[[ Task material open ]]

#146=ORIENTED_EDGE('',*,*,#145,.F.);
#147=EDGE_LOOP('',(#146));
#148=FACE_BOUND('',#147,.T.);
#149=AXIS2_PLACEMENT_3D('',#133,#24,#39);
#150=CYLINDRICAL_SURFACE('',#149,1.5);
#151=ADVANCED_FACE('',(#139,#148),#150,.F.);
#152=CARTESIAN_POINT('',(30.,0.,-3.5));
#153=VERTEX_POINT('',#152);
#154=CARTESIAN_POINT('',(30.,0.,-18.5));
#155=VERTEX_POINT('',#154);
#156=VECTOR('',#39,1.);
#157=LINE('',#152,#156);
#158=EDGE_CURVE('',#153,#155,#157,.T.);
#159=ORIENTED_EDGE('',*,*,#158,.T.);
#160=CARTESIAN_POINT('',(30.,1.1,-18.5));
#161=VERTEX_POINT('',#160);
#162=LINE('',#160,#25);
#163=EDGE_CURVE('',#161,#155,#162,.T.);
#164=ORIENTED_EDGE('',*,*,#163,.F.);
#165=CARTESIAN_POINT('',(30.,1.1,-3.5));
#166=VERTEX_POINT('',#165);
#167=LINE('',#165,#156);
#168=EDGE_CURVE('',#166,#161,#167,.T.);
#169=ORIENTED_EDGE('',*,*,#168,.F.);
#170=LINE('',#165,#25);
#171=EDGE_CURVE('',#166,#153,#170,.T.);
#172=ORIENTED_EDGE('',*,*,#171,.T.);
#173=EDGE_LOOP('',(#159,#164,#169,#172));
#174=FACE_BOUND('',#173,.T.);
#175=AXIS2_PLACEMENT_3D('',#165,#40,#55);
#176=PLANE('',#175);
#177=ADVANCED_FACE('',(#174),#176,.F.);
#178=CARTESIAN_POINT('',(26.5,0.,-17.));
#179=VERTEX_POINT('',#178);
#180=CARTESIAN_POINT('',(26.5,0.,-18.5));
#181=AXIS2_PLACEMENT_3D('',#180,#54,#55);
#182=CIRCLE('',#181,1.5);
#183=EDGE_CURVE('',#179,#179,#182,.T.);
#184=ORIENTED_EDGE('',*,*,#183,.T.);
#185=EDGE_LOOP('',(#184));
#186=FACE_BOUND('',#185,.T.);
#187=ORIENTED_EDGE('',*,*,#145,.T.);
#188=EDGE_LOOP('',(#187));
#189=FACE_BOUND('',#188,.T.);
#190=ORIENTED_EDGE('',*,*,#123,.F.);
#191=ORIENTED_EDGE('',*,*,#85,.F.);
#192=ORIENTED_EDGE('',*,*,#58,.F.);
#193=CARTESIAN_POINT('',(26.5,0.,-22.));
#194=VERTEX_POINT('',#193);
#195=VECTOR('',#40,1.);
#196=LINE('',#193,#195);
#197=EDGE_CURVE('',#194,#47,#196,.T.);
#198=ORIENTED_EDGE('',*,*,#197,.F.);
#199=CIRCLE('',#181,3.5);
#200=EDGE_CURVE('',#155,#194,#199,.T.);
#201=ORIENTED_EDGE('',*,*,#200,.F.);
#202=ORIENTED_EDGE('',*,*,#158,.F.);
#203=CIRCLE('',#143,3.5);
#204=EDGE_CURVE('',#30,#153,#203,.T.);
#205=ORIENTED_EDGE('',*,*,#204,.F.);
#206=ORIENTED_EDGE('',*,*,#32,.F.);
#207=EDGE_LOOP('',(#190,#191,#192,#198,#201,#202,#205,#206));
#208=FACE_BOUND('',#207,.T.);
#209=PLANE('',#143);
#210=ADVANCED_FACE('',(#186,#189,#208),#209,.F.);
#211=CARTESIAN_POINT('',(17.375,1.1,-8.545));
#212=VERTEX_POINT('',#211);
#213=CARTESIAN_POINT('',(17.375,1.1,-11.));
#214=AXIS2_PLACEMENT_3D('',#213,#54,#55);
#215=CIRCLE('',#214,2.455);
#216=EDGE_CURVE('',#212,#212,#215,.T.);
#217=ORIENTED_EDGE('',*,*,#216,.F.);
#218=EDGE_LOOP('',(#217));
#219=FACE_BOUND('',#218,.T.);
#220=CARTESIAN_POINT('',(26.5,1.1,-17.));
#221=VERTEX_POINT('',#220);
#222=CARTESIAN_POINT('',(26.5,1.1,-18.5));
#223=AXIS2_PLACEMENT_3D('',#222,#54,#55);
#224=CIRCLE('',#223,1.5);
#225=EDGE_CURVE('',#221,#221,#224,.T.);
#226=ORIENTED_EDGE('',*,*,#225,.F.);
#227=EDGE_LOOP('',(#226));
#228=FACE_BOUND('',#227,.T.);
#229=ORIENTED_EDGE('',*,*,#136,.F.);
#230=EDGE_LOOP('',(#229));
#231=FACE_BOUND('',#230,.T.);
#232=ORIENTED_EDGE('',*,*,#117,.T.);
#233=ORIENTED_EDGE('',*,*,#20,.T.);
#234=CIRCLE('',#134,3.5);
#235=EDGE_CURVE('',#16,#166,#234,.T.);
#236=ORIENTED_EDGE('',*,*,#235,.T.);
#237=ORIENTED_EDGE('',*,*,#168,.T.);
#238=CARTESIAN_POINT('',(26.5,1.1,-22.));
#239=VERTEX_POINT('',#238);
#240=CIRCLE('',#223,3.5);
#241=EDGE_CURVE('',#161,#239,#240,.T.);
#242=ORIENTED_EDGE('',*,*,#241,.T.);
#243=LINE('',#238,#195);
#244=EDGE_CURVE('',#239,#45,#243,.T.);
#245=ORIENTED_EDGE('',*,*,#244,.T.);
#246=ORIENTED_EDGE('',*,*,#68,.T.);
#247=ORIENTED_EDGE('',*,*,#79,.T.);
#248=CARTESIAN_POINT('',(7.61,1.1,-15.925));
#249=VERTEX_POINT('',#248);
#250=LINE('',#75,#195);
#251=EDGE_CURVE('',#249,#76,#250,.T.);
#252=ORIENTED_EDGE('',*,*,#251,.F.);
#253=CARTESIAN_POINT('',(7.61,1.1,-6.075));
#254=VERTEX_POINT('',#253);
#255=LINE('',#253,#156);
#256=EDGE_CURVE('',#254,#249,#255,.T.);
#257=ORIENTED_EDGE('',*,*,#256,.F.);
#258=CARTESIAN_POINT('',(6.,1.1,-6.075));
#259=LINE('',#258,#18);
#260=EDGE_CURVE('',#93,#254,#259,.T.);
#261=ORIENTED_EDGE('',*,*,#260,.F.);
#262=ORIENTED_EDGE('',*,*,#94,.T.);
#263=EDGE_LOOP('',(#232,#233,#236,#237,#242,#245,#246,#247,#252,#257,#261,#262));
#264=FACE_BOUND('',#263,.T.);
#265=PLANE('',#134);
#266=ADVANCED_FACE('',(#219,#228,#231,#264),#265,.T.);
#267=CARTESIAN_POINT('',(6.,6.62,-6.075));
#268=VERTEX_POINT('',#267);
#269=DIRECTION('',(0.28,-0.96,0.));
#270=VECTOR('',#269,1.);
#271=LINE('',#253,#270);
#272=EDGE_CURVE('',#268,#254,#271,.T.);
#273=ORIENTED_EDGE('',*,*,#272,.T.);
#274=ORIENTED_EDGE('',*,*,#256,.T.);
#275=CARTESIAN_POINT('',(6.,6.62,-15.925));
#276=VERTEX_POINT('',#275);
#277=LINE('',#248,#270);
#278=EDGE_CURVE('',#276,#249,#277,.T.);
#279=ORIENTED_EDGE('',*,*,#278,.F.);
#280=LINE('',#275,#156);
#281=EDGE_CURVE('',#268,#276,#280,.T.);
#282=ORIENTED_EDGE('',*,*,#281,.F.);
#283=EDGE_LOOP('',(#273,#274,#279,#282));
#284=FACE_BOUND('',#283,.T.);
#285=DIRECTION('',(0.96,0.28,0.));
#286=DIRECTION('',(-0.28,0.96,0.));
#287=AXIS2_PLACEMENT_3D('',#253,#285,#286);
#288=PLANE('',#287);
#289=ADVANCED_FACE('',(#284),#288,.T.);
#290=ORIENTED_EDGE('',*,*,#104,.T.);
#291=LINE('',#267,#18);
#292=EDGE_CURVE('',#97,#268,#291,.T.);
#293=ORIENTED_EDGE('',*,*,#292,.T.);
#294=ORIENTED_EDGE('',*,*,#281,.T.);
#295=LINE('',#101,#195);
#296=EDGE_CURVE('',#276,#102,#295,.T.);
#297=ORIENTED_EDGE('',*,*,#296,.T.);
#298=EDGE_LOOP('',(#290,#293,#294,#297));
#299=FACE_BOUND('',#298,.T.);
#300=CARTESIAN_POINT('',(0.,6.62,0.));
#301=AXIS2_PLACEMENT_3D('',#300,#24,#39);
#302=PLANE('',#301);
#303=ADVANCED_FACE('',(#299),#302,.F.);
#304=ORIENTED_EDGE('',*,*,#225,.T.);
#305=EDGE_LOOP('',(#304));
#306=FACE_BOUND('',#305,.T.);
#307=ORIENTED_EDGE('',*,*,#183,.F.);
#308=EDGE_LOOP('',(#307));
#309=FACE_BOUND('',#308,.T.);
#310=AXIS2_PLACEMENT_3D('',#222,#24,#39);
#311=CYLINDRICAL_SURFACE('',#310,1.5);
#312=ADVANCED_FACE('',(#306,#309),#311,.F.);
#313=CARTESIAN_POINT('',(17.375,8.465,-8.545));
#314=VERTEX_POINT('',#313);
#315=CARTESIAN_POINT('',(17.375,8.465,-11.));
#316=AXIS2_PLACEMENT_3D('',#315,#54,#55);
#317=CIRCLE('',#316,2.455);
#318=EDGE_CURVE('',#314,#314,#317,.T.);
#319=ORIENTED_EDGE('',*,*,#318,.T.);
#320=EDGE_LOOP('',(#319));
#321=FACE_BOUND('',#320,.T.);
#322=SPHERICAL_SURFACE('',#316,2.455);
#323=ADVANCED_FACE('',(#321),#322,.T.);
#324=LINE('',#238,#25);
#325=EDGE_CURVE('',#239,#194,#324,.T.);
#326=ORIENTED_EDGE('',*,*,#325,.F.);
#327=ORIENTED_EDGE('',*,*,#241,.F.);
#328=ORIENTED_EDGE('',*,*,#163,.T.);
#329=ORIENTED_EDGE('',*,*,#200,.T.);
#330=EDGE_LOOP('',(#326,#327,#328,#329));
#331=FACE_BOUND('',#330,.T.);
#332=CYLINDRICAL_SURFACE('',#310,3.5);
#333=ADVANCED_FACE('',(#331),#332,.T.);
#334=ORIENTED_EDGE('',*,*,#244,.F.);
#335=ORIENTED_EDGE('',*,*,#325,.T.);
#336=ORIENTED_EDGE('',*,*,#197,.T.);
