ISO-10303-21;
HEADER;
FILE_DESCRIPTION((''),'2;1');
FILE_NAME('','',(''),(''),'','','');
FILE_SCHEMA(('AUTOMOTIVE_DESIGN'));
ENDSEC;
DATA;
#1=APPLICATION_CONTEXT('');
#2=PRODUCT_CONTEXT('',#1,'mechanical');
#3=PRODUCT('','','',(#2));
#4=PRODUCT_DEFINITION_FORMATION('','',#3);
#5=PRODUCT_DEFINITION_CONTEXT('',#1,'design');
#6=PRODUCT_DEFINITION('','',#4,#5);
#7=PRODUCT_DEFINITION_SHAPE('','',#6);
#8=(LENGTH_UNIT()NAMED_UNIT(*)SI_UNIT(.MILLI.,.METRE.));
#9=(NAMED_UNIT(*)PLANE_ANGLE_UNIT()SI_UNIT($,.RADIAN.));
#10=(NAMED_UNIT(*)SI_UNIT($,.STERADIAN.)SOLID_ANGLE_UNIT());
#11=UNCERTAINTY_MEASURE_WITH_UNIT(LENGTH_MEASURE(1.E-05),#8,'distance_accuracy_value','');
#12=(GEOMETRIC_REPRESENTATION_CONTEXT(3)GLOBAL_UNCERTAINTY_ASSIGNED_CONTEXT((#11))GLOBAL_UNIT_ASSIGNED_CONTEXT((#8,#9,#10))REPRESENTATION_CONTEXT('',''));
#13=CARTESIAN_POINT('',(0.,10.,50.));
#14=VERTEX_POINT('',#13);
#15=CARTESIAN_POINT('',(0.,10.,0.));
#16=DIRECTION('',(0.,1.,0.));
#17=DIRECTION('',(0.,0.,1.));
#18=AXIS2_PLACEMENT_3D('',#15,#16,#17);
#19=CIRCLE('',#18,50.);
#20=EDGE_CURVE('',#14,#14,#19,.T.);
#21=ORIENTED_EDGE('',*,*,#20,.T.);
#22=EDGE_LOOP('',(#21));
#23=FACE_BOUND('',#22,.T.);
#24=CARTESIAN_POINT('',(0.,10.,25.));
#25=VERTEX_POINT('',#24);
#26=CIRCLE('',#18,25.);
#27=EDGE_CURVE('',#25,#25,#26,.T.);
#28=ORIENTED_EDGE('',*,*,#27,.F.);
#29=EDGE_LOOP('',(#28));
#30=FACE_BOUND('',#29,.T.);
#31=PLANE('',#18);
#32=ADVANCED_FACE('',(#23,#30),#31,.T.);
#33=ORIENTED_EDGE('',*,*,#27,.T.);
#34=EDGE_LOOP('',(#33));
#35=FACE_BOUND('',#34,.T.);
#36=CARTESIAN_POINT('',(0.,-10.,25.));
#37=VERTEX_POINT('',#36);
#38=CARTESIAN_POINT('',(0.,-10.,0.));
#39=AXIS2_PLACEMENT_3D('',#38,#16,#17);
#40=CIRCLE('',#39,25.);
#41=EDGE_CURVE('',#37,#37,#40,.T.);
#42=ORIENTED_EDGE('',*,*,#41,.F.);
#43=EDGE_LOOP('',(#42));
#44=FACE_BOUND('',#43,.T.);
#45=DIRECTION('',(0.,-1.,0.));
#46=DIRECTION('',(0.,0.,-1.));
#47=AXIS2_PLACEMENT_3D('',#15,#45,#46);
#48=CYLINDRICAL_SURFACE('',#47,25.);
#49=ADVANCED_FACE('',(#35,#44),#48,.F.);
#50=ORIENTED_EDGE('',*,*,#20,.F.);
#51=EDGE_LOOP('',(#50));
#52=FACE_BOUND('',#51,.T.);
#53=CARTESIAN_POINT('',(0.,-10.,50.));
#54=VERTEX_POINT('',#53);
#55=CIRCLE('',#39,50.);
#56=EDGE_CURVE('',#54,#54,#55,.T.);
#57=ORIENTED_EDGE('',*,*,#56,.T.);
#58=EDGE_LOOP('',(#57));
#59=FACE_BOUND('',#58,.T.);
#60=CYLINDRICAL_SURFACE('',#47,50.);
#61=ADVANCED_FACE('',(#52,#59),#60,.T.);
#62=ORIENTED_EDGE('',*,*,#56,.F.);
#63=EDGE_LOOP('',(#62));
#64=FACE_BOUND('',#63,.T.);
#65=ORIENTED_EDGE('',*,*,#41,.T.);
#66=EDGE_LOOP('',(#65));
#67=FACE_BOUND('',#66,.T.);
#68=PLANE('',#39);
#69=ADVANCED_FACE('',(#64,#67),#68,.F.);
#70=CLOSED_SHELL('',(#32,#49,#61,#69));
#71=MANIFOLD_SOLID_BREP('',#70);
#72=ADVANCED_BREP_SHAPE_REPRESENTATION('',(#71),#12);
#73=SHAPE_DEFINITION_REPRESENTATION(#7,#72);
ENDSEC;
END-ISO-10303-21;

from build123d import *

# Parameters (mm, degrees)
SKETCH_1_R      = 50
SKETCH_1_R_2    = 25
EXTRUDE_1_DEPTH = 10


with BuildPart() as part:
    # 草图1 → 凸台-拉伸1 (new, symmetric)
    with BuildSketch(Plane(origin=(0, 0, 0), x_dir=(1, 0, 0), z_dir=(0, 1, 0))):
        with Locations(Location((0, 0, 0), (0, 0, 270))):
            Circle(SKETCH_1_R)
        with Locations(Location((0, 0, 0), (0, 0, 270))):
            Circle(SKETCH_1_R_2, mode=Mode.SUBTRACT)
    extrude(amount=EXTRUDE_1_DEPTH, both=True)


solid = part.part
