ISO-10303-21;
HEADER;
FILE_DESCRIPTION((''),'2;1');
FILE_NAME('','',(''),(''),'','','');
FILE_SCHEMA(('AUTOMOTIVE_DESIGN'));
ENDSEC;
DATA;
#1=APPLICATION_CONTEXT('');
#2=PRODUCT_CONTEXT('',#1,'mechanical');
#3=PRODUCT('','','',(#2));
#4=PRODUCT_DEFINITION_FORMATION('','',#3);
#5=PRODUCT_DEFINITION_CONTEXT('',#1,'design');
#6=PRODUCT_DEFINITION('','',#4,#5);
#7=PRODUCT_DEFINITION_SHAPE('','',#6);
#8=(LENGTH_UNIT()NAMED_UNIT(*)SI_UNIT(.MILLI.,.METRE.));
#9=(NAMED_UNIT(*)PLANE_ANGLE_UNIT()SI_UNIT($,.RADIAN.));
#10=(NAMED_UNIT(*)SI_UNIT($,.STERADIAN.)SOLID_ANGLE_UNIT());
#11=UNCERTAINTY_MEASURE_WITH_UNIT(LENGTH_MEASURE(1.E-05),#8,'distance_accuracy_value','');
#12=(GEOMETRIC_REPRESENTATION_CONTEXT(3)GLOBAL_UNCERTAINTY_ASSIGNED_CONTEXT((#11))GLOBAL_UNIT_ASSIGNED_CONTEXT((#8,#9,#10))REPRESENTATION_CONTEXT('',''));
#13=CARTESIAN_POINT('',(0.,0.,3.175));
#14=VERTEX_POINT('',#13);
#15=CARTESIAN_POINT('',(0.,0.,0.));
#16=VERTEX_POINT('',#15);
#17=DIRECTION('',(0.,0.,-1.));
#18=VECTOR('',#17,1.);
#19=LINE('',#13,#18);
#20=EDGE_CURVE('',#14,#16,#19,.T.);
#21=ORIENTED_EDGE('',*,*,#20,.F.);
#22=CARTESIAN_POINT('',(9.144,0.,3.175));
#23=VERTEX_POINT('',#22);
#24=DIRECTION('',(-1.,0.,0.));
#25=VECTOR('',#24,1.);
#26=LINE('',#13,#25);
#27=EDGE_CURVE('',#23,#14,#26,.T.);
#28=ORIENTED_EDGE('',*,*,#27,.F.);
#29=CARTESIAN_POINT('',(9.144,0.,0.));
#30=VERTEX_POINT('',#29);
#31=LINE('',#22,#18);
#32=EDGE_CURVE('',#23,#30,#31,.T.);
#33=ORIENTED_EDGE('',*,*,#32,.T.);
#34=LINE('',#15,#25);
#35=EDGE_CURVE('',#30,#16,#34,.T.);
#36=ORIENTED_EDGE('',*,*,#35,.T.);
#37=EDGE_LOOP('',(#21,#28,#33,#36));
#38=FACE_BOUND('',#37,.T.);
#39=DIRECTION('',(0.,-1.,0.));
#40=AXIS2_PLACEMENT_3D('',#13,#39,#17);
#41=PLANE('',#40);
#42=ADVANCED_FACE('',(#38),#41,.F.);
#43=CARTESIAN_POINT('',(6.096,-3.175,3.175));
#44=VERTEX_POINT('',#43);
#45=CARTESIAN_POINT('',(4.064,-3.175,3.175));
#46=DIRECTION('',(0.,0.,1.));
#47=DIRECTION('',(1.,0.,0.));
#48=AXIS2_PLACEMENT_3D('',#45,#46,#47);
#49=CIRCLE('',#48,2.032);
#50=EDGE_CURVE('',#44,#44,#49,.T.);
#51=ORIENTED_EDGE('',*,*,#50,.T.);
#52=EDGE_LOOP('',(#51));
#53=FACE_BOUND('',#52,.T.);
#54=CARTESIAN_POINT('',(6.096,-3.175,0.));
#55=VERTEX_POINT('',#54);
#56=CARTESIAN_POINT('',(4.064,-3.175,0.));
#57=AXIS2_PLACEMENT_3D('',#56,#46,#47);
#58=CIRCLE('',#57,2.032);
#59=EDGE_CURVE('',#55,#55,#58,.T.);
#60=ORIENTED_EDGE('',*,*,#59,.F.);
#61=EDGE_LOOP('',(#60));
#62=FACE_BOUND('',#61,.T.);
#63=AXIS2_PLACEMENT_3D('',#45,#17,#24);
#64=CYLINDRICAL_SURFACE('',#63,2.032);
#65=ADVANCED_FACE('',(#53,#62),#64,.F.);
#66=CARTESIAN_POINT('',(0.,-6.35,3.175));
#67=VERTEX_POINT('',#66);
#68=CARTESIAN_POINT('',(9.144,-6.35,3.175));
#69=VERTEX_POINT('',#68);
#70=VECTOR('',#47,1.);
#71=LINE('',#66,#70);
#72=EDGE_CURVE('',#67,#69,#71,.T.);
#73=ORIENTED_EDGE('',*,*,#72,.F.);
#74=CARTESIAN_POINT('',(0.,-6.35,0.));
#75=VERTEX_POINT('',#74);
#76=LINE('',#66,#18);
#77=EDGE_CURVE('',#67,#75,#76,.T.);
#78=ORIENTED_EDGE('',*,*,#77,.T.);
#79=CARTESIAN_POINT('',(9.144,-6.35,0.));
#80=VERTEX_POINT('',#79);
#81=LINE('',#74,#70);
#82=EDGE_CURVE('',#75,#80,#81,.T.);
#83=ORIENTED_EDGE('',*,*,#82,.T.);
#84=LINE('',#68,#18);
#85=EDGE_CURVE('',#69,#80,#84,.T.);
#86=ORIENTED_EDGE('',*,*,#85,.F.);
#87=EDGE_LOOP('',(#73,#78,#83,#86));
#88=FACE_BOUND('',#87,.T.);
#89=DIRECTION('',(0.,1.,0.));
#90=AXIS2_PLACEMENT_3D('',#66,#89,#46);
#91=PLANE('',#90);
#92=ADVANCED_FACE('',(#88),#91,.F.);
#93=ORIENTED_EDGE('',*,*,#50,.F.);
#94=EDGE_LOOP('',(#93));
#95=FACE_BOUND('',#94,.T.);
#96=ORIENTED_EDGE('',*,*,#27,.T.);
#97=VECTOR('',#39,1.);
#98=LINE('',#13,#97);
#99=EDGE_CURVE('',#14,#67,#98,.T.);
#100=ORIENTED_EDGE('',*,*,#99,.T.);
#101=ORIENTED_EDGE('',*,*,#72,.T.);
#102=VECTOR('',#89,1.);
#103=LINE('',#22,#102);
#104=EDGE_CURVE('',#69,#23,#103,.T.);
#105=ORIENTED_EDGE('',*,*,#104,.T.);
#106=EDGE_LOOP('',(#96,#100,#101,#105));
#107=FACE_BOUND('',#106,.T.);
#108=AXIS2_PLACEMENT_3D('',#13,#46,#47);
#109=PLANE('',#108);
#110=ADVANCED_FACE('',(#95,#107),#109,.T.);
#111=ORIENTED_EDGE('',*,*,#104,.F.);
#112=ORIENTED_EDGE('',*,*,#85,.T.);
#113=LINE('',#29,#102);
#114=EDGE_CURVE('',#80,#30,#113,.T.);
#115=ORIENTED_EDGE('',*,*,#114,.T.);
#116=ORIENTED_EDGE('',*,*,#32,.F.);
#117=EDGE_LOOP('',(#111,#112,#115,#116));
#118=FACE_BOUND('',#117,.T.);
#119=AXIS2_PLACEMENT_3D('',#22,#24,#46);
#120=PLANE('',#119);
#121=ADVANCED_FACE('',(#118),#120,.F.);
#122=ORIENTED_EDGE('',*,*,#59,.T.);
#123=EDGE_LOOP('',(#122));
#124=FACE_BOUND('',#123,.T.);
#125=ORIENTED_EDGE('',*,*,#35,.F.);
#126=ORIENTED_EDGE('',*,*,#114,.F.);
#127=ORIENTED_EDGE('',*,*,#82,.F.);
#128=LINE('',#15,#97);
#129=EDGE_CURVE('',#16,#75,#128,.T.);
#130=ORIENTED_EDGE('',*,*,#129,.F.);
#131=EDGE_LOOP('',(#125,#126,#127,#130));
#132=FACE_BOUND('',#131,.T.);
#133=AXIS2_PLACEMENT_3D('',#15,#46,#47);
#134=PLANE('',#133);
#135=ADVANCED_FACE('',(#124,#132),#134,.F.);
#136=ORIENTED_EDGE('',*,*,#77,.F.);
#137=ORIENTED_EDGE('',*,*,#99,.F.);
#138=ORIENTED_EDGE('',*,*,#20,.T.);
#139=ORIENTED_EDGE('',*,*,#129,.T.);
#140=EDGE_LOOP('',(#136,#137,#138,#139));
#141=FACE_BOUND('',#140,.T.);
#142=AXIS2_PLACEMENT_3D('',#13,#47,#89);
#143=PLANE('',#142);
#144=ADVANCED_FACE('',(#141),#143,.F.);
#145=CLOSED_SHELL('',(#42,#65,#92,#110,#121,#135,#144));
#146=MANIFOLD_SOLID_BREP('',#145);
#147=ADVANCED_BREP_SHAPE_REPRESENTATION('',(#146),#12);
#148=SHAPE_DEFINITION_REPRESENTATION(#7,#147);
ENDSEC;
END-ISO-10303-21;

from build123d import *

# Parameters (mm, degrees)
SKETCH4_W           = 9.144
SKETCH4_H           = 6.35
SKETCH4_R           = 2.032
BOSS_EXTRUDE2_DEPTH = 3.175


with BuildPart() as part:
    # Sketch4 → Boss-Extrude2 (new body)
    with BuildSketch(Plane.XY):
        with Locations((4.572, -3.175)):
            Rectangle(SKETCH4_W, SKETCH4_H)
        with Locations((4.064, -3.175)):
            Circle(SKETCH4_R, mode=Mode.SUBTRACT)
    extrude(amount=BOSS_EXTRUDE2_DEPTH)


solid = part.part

[[ Task material closed ]]

## [Exercise]
Starting with the first line of the entries and ending with the line that has "#203=CIRCLE('',#143,3.5);", copy each line exactly and add nothing.

## [Problem solution]
#146=ORIENTED_EDGE('',*,*,#145,.F.);
#147=EDGE_LOOP('',(#146));
#148=FACE_BOUND('',#147,.T.);
#149=AXIS2_PLACEMENT_3D('',#133,#24,#39);
#150=CYLINDRICAL_SURFACE('',#149,1.5);
#151=ADVANCED_FACE('',(#139,#148),#150,.F.);
#152=CARTESIAN_POINT('',(30.,0.,-3.5));
#153=VERTEX_POINT('',#152);
#154=CARTESIAN_POINT('',(30.,0.,-18.5));
#155=VERTEX_POINT('',#154);
#156=VECTOR('',#39,1.);
#157=LINE('',#152,#156);
#158=EDGE_CURVE('',#153,#155,#157,.T.);
#159=ORIENTED_EDGE('',*,*,#158,.T.);
#160=CARTESIAN_POINT('',(30.,1.1,-18.5));
#161=VERTEX_POINT('',#160);
#162=LINE('',#160,#25);
#163=EDGE_CURVE('',#161,#155,#162,.T.);
#164=ORIENTED_EDGE('',*,*,#163,.F.);
#165=CARTESIAN_POINT('',(30.,1.1,-3.5));
#166=VERTEX_POINT('',#165);
#167=LINE('',#165,#156);
#168=EDGE_CURVE('',#166,#161,#167,.T.);
#169=ORIENTED_EDGE('',*,*,#168,.F.);
#170=LINE('',#165,#25);
#171=EDGE_CURVE('',#166,#153,#170,.T.);
#172=ORIENTED_EDGE('',*,*,#171,.T.);
#173=EDGE_LOOP('',(#159,#164,#169,#172));
#174=FACE_BOUND('',#173,.T.);
#175=AXIS2_PLACEMENT_3D('',#165,#40,#55);
#176=PLANE('',#175);
#177=ADVANCED_FACE('',(#174),#176,.F.);
#178=CARTESIAN_POINT('',(26.5,0.,-17.));
#179=VERTEX_POINT('',#178);
#180=CARTESIAN_POINT('',(26.5,0.,-18.5));
#181=AXIS2_PLACEMENT_3D('',#180,#54,#55);
#182=CIRCLE('',#181,1.5);
#183=EDGE_CURVE('',#179,#179,#182,.T.);
#184=ORIENTED_EDGE('',*,*,#183,.T.);
#185=EDGE_LOOP('',(#184));
#186=FACE_BOUND('',#185,.T.);
#187=ORIENTED_EDGE('',*,*,#145,.T.);
#188=EDGE_LOOP('',(#187));
#189=FACE_BOUND('',#188,.T.);
#190=ORIENTED_EDGE('',*,*,#123,.F.);
#191=ORIENTED_EDGE('',*,*,#85,.F.);
#192=ORIENTED_EDGE('',*,*,#58,.F.);
#193=CARTESIAN_POINT('',(26.5,0.,-22.));
#194=VERTEX_POINT('',#193);
#195=VECTOR('',#40,1.);
#196=LINE('',#193,#195);
#197=EDGE_CURVE('',#194,#47,#196,.T.);
#198=ORIENTED_EDGE('',*,*,#197,.F.);
#199=CIRCLE('',#181,3.5);
#200=EDGE_CURVE('',#155,#194,#199,.T.);
#201=ORIENTED_EDGE('',*,*,#200,.F.);
#202=ORIENTED_EDGE('',*,*,#158,.F.);
#203=CIRCLE('',#143,3.5);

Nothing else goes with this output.